#### [RECORDS FOR THIS TASK]
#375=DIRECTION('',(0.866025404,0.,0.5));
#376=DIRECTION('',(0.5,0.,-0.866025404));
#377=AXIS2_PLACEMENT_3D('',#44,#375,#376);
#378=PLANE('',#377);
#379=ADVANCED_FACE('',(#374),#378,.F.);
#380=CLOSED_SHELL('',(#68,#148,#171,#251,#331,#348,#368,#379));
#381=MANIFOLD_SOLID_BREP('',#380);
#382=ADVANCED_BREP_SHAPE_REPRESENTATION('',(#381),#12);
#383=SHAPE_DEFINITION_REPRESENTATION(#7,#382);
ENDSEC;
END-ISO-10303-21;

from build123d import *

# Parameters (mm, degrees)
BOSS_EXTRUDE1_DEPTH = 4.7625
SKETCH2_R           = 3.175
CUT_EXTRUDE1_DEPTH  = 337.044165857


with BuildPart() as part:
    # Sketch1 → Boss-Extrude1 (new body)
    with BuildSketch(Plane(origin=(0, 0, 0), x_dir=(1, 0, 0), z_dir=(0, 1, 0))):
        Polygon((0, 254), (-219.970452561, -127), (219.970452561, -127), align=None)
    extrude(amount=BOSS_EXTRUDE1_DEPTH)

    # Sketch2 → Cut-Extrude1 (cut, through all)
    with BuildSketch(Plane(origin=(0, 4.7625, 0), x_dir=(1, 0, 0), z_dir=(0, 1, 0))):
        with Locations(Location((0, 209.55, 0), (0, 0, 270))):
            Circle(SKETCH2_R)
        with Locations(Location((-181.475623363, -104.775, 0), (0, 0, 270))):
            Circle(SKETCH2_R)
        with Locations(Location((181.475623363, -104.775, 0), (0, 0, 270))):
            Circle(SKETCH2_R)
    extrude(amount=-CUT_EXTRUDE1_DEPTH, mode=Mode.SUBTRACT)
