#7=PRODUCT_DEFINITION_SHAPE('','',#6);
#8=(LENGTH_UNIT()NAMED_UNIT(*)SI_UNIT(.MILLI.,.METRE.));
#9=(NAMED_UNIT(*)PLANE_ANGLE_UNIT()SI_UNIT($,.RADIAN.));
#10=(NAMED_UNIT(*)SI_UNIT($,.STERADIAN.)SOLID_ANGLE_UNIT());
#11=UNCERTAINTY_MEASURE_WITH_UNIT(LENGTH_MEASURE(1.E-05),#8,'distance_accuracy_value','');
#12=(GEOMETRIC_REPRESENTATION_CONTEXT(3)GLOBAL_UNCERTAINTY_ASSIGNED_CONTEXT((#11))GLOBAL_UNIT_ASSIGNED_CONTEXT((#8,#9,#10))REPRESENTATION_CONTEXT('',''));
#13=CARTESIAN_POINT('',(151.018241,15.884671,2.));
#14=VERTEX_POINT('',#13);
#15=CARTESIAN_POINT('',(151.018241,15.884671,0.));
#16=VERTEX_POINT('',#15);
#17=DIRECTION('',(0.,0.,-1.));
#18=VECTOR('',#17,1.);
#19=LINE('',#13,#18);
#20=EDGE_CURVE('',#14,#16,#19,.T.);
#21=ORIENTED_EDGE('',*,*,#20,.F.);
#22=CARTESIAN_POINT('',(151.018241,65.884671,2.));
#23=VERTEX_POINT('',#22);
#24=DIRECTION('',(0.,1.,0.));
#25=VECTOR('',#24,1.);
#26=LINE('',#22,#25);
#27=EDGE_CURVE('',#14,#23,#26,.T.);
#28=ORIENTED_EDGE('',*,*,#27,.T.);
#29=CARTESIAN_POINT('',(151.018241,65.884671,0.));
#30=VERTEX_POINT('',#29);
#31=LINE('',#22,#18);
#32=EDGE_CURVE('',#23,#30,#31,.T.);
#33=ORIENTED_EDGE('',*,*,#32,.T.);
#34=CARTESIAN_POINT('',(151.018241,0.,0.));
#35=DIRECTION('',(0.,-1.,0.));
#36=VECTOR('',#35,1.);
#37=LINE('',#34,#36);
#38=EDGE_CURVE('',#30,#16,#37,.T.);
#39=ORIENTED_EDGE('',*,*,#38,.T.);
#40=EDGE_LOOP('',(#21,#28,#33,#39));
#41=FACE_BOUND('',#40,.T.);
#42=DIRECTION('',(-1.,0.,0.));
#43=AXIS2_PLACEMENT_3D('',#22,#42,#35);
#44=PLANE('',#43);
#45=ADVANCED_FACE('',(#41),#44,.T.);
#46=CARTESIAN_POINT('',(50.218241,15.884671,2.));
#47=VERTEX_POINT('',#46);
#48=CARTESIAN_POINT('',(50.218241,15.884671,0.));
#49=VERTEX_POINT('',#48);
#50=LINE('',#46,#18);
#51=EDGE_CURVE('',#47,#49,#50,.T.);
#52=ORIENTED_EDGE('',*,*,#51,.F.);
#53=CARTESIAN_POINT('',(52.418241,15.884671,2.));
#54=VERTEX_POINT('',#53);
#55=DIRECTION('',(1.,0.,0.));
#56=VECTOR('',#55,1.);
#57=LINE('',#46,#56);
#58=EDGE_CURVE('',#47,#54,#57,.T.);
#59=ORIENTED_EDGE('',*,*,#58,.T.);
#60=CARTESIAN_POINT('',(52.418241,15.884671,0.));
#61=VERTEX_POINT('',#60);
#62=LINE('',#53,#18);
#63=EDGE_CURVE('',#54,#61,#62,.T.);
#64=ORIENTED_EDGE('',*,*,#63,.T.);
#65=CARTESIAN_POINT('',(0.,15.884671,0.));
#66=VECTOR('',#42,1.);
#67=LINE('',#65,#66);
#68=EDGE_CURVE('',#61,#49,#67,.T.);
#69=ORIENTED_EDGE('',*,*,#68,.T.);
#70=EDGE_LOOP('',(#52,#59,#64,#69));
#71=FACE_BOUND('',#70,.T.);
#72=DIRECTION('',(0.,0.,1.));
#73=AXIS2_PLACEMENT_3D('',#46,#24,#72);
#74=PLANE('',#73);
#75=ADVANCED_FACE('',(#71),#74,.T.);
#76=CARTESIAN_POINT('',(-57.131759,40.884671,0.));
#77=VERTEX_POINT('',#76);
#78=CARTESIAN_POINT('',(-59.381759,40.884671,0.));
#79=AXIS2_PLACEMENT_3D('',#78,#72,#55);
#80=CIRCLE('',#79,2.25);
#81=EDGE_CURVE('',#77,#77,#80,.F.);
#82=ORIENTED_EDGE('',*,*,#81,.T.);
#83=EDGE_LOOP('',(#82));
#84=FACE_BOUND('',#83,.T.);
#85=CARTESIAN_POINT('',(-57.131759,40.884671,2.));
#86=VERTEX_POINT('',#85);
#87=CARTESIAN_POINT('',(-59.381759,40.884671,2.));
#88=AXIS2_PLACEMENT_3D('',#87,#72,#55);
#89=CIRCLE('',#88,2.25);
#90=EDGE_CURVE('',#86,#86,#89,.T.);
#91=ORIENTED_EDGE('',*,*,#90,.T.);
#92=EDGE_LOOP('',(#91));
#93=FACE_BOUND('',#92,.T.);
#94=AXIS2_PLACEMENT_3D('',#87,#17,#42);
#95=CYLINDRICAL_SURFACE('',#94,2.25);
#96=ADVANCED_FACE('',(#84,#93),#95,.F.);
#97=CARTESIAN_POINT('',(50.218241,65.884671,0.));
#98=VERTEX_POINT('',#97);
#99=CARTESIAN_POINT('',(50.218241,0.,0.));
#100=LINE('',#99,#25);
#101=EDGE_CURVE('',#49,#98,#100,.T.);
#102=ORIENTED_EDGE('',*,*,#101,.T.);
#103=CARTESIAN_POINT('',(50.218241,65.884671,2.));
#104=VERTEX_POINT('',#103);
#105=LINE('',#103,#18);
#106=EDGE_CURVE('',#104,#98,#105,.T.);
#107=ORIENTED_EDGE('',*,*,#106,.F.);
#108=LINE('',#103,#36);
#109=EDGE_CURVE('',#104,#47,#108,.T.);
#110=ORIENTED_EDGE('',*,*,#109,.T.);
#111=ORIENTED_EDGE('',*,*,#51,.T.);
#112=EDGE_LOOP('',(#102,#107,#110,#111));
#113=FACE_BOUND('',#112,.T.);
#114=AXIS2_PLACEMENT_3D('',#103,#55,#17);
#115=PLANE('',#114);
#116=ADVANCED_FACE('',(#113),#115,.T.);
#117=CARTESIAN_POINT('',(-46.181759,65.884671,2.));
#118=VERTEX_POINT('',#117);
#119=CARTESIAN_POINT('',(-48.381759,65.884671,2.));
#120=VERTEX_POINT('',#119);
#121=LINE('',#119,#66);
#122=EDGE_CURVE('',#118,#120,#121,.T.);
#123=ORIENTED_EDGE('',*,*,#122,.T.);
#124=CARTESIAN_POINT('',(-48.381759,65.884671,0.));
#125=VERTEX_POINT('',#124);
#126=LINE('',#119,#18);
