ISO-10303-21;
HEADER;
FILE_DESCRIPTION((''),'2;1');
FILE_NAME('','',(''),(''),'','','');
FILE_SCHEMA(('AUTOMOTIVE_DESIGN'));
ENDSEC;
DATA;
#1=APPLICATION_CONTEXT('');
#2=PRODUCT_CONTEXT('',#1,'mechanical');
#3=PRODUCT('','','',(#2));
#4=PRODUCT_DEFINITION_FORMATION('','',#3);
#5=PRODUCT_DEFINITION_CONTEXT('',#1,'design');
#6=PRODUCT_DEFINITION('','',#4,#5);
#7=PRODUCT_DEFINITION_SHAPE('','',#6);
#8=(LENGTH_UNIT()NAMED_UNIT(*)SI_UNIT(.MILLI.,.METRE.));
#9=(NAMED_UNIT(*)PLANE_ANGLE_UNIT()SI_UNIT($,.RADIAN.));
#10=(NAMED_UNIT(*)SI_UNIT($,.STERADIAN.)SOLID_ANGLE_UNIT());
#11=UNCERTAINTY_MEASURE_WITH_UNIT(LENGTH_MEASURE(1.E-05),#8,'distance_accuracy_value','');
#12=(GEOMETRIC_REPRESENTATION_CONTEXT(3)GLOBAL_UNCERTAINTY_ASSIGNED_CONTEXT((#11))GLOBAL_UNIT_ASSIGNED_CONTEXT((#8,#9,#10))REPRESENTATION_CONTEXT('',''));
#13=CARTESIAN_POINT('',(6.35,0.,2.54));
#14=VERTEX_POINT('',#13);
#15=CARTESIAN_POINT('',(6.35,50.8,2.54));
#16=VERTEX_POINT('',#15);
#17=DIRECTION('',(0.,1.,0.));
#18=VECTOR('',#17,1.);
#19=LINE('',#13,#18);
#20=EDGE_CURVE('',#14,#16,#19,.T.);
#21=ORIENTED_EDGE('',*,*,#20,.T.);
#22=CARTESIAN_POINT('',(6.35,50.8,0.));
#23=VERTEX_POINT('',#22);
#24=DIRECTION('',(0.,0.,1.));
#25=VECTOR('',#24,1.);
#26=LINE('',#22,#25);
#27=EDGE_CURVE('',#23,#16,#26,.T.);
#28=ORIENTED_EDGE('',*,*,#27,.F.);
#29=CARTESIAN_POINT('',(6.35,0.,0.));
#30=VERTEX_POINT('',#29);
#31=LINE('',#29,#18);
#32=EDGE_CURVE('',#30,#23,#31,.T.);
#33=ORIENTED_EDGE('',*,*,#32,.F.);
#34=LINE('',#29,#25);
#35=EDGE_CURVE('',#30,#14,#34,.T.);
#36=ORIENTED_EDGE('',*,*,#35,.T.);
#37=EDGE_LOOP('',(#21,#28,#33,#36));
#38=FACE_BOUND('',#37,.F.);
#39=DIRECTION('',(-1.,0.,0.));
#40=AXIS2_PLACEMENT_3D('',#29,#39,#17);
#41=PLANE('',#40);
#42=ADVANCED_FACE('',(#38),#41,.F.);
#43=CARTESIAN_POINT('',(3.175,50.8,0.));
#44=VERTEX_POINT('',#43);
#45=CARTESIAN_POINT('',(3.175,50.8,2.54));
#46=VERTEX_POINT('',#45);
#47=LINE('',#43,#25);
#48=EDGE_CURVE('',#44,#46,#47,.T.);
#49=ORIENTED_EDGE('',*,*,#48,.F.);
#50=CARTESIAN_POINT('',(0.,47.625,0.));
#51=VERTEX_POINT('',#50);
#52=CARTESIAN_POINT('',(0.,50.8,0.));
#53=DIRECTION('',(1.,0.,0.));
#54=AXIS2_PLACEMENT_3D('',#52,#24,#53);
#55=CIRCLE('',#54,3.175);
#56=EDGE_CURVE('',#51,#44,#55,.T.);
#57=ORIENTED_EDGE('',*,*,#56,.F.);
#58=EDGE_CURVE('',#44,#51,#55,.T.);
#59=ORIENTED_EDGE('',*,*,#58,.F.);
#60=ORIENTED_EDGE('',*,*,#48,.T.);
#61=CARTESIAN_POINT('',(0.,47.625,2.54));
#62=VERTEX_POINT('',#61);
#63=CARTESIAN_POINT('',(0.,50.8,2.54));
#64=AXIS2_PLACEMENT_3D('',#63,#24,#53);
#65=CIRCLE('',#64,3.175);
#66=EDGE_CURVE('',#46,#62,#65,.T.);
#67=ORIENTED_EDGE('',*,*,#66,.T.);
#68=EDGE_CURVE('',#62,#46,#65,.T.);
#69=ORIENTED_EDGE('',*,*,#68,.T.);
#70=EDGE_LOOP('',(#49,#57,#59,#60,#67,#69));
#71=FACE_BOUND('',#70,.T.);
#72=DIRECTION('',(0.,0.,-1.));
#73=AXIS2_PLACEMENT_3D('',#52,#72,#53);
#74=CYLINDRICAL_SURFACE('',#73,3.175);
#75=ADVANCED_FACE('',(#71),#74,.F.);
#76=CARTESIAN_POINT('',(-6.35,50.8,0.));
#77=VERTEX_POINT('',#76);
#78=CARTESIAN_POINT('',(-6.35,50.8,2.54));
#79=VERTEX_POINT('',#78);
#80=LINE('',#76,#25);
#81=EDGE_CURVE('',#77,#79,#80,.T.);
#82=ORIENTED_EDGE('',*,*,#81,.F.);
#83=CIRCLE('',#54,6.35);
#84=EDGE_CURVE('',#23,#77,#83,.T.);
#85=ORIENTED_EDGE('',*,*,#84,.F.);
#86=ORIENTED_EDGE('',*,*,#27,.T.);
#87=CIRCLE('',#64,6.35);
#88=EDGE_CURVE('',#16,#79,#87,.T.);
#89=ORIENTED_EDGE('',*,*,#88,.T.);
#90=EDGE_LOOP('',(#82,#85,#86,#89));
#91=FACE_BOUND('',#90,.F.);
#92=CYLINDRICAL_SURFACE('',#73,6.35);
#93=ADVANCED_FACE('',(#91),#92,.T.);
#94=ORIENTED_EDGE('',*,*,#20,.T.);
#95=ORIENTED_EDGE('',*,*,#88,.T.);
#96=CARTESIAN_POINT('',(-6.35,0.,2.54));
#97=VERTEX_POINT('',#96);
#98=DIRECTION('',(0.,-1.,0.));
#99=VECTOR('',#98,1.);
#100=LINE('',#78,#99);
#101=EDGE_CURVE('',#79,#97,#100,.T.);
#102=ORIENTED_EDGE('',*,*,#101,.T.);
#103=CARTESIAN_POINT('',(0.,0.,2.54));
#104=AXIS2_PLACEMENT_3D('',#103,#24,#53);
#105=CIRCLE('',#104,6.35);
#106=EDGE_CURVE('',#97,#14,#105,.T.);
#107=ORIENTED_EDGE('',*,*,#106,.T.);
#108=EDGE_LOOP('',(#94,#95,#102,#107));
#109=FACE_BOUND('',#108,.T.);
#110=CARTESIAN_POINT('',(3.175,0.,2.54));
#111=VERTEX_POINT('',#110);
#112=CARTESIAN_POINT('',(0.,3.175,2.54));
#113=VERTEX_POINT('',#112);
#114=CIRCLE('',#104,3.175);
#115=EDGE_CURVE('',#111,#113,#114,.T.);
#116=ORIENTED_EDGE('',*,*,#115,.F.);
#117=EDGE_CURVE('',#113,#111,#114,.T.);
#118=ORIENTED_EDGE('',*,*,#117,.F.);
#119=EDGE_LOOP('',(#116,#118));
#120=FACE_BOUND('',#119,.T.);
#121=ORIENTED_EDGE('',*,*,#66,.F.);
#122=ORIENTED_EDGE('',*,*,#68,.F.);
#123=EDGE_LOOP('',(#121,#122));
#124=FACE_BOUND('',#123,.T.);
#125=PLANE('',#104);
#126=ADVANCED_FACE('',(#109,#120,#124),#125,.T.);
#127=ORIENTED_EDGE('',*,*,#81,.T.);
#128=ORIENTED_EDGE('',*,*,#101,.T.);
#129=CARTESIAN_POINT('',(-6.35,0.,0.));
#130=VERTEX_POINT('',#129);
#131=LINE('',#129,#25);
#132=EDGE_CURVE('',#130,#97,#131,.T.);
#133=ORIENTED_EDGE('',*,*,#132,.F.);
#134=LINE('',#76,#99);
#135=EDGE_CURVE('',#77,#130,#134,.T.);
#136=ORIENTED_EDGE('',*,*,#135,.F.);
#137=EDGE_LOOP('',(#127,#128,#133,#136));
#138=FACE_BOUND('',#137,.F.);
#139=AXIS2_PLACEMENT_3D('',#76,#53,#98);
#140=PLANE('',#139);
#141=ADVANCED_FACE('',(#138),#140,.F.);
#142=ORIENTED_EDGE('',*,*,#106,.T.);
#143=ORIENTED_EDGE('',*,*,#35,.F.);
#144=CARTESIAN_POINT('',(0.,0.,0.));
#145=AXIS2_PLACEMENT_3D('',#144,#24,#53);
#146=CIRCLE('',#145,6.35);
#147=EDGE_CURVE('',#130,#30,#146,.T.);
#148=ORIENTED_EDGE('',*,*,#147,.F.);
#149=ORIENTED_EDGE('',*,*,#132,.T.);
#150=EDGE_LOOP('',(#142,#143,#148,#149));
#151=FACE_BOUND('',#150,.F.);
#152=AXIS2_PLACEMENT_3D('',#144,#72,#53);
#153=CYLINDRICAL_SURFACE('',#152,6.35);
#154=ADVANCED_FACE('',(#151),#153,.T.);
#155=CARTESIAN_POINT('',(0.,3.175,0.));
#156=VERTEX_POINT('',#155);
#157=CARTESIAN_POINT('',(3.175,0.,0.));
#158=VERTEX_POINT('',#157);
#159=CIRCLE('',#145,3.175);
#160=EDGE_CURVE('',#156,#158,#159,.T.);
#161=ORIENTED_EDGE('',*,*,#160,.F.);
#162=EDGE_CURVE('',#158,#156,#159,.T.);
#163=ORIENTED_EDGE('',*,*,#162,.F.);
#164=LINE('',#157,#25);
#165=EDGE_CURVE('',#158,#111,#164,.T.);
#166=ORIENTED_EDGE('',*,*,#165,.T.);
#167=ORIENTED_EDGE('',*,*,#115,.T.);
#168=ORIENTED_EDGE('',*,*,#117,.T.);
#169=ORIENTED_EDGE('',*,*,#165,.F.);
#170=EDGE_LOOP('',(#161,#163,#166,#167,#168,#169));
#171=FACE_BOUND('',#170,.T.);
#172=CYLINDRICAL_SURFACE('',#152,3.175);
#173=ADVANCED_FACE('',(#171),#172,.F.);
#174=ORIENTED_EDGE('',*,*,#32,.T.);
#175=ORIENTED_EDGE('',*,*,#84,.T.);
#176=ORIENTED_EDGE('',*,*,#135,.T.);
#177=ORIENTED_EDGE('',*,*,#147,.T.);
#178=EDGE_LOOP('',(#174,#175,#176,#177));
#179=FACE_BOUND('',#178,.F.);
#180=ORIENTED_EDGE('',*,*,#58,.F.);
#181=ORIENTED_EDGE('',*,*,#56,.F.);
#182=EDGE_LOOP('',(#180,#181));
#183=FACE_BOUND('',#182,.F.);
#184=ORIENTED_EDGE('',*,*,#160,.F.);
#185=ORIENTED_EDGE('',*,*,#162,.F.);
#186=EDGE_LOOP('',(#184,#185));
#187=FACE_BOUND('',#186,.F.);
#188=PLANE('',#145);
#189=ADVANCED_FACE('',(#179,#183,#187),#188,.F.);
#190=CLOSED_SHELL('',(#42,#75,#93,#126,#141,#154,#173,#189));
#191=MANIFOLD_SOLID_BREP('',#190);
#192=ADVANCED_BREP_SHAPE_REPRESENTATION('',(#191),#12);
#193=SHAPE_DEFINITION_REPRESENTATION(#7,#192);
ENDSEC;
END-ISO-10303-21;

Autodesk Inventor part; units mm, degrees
ref_plane "YZ Plane" through (0, 0, 0) normal (1, 0, 0) x (0, 1, 0)
ref_plane "XZ Plane" through (0, 0, 0) normal (0, 1, 0) x (-1, 0, 0)
ref_plane "XY Plane" through (0, 0, 0) normal (0, 0, 1) x (1, 0, 0)
sketch "Sketch1" plane through (0, 0, 0) normal (0, 0, 1) x (1, 0, 0)
  circle A0 centre (0, 0) radius 6.35
  circle A1 centre (0, 0) radius 3.175
  line L0 (0, 0) -> (0, 50.8)
  circle A2 centre (0, 50.8) radius 6.35
  circle A3 centre (0, 50.8) radius 3.175
  line L1 (-6.35, 50.8) -> (-6.35, 0)
  line L2 (6.35, 0) -> (6.35, 50.8)
  dimension "d1" = 12.7
  dimension "d2" = 6.35
  dimension "d4" = 50.8
extrude "Extrusion1" add sketch "Sketch1" along normal blind 2.54
properties part number "arm"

#### [WHAT YOU NEED TO DO]
What is needed is an exact copy of the lines above, from the one containing "#147=EDGE_CURVE('',#130,#30,#146,.T.);" through the one containing "#154=ADVANCED_FACE('',(#151),#153,.T.);", with nothing added.

#### [REPLY TO THE TASK]
#147=EDGE_CURVE('',#130,#30,#146,.T.);
#148=ORIENTED_EDGE('',*,*,#147,.F.);
#149=ORIENTED_EDGE('',*,*,#132,.T.);
#150=EDGE_LOOP('',(#142,#143,#148,#149));
#151=FACE_BOUND('',#150,.F.);
#152=AXIS2_PLACEMENT_3D('',#144,#72,#53);
#153=CYLINDRICAL_SURFACE('',#152,6.35);
#154=ADVANCED_FACE('',(#151),#153,.T.);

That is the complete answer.